だから人も自然の一部であることを思い出して、自然の中に生きそして死ぬという、ディアナの言にも一理ある。進歩が進歩であった時は良い。しかし進歩の歩みはいつしか停滞し出し、それでも人類は幼いくせに肥大化させた精神で、いつしか人は生物としての人であることを超えて自己の無限を信じるようになった。己が神になったと錯覚した人は、自然と離れすぎた。肥大化した技術をもてあそび、自分が立つ大地をも切り崩す。進んだ文化が人と人の間のつながりも希薄にする。他者が存在しなければ、己を確立することも出来ずひとりひとりの存在意義も失われた。――そこにあるのは同じ物が無数に増殖していく世界だ。ウィルスのようにただ増殖するだけの生命。そこの命の輝きがあるだろうか。ただ存続し、増殖するだけの生命に生きていく価値があるか。人が人から離れてまで人類は存続する価値が有るのか?
「∀(ターンA)」には、「初めからやり直す」という意味がある。この『∀』の物語は一度行き付いた文明を持ちながらそれによって滅びた人々が、もう一度初めからやり直す物語である。なぜ「A」が逆さまの「∀」となっているのか。 ――それは初めに戻るとしても、かつての「A」とは違う「A」であってほしいという願いが込められているからだと思うのだ。――人類は進歩できる。歩みは鈍く過ちを繰り返すかもしれないが、それでも少しずつ変わっていく――そのはずであるという。しかしもしかしたら作品の語られたように、人も歴史も、「A」と「∀」の間を空を舞う木の葉のように行き気いして遂には地の落ちて朽ちるだけの存在なのかもしれない。しかし少なくとも、終章でのキエルやフラン、キースたちの生活には輝きがあった。絶望に追いやられながら、そこから立ち上がり生きていく人々の生命には輝きがあった。――人々は間違い、そのために多くの人たちが死んだ。失われたもの、変わってしまったもの、それは取り返しのつかないことだ。しかしそれでも人々は歩みを止めるべきではないと思う。進み、そのつど取り返しのつかない間違いを犯しても、少しづつ人は進みつづけるべきだ。間違っても進みつづけることで、いつしか人はその道具にあった精神を手に入れることができるかもしれない。――ただ巡リ続けるだけの生から少しは違う生へ。すくなくとも進むべき道がある限り人は忌まないはずだ。人は生まれ育ち新たな種子を育んで死んでいく。それを繰り返す。しかし残された種子から生まれてくる人は親とは違うはずだ。こうやって人は少し死と再生を繰り返しながら少しずつ形を変えて登っていくのだろう。「A」ではない「∀」へ。――そしてそこにこそ人の輝きがあるのだと思う。

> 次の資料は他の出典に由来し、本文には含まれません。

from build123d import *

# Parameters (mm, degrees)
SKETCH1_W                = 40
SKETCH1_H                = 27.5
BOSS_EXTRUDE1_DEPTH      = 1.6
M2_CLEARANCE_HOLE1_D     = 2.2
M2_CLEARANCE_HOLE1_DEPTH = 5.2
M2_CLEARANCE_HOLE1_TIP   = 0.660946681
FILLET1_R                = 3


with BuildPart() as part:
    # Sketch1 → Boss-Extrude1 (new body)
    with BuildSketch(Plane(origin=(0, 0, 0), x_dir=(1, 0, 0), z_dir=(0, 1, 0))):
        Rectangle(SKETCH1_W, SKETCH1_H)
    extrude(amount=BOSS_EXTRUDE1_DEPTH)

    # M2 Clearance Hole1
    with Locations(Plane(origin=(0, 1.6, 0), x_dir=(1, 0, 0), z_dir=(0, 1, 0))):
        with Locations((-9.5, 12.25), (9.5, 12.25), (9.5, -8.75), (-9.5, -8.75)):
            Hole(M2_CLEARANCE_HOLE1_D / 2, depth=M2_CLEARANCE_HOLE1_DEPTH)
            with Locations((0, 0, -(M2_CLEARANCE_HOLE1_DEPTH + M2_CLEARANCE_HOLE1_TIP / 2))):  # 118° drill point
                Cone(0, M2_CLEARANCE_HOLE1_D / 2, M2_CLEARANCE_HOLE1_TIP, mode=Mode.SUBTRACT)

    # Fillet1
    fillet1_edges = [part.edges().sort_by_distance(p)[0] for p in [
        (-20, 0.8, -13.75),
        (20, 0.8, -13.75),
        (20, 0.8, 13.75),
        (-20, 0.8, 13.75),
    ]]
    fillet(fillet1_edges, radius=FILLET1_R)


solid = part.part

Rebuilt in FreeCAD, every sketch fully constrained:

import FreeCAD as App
import Part
import Sketcher
from FreeCAD import Vector
Q = App.Units.Quantity


def edges_at(feature, points):
    """Names of the edges that pass closest to the given points."""
    edges = feature.Shape.Edges
    near = lambda p: min(range(len(edges)), key=lambda i: edges[i].distToShape(Part.Vertex(*p))[0])
    return sorted({f"Edge{near(p) + 1}" for p in points})

doc = App.newDocument("Part")
body = doc.addObject("PartDesign::Body", "Body")

sketch1 = body.newObject("Sketcher::SketchObject", "Sketch")
sketch1.AttachmentSupport = (doc.getObject("XZ_Plane"), [""])
sketch1.MapMode = "FlatFace"
sketch1.addGeometry(Part.LineSegment(Vector(-20, -14, 0), Vector(-20, 14, 0)), False)
sketch1.addGeometry(Part.LineSegment(Vector(-20, 14, 0), Vector(20, 14, 0)), False)
sketch1.addGeometry(Part.LineSegment(Vector(20, 14, 0), Vector(20, -14, 0)), False)
sketch1.addGeometry(Part.LineSegment(Vector(20, -14, 0), Vector(-20, -14, 0)), False)
sketch1.addConstraint(Sketcher.Constraint("Coincident", 0, 2, 1, 1))
sketch1.addConstraint(Sketcher.Constraint("Coincident", 1, 2, 2, 1))
sketch1.addConstraint(Sketcher.Constraint("Coincident", 2, 2, 3, 1))
sketch1.addConstraint(Sketcher.Constraint("Coincident", 3, 2, 0, 1))
sketch1.addConstraint(Sketcher.Constraint("Vertical", 0))
sketch1.addConstraint(Sketcher.Constraint("Horizontal", 1))
sketch1.addConstraint(Sketcher.Constraint("Vertical", 2))
sketch1.addConstraint(Sketcher.Constraint("Horizontal", 3))
sketch1.addConstraint(Sketcher.Constraint("Symmetric", 0, 2, 2, 2, -1, 1))
sketch1.addConstraint(Sketcher.Constraint("DistanceX", 1, 1, 1, 2, Q("40 mm")))
sketch1.addConstraint(Sketcher.Constraint("DistanceY", 0, 1, 0, 2, Q("27.5 mm")))
pad1 = body.newObject("PartDesign::Pad", "Pad")
pad1.Profile = sketch1
pad1.Length = 1.6
pad1.Reversed = True

sketch2 = body.newObject("Sketcher::SketchObject", "Sketch001")
sketch2.AttachmentSupport = (doc.getObject("XZ_Plane"), [""])
sketch2.MapMode = "FlatFace"
sketch2.AttachmentOffset = App.Placement(Vector(0, 0, -1.6), App.Rotation())
sketch2.addGeometry(Part.Circle(Vector(-9.5, -12.2, 0), Vector(0, 0, 1), 1.1), False)
sketch2.addGeometry(Part.Circle(Vector(9.5, -12.2, 0), Vector(0, 0, 1), 1.1), False)
sketch2.addGeometry(Part.Circle(Vector(9.5, 8.8, 0), Vector(0, 0, 1), 1.1), False)
sketch2.addGeometry(Part.Circle(Vector(-9.5, 8.8, 0), Vector(0, 0, 1), 1.1), False)
sketch2.addConstraint(Sketcher.Constraint("Equal", 0, 1))
sketch2.addConstraint(Sketcher.Constraint("Equal", 1, 2))
sketch2.addConstraint(Sketcher.Constraint("Equal", 2, 3))
sketch2.addConstraint(Sketcher.Constraint("Symmetric", 0, 3, 1, 3, -2))
sketch2.addConstraint(Sketcher.Constraint("Symmetric", 2, 3, 3, 3, -2))
sketch2.addConstraint(Sketcher.Constraint("Vertical", 1, 3, 2, 3))
sketch2.addConstraint(Sketcher.Constraint("Diameter", 0, Q("2.2 mm")))
sketch2.addConstraint(Sketcher.Constraint("DistanceX", 0, 3, 1, 3, Q("19 mm")))
sketch2.addConstraint(Sketcher.Constraint("DistanceY", 1, 3, 2, 3, Q("21 mm")))
sketch2.addConstraint(Sketcher.Constraint("DistanceY", 0, 3, -1, 1, Q("12.25 mm")))
doc.recompute()
hole = body.newObject("PartDesign::Hole", "Hole")
hole.Profile = sketch2
hole.ThreadType = "None"
hole.Diameter = 2.2
hole.DepthType = "Dimension"
hole.Depth = 5.2
hole.DrillPoint = "Angled"
hole.DrillPointAngle = 118
hole.Reversed = True
doc.recompute()

fillet = body.newObject("PartDesign::Fillet", "Fillet")
fillet.Base = (hole, edges_at(hole, [
    (-20, 0.8, -13.75),
    (20, 0.8, -13.75),
    (20, 0.8, 13.75),
    (-20, 0.8, 13.75),
]))
fillet.Radius = 3

doc.recompute()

月か地球へ降り立った少年・ロランは過酷な旅の果てに再び同じ地へと辿りついた。ロランはそこで最初の時と同じように河に金魚のメリーを浮かべてみる。――同じ場所での同じシチュエーション。はじめと最後が繋がる。――傍観者としてただ巡るだけの絶望の旅。――しかしそれはかつてとは違う何かなのだ。
――初めて出会った場所で再びロランと出会ったソシエの笑顔には何にも変えがたい煌きがあったではないか。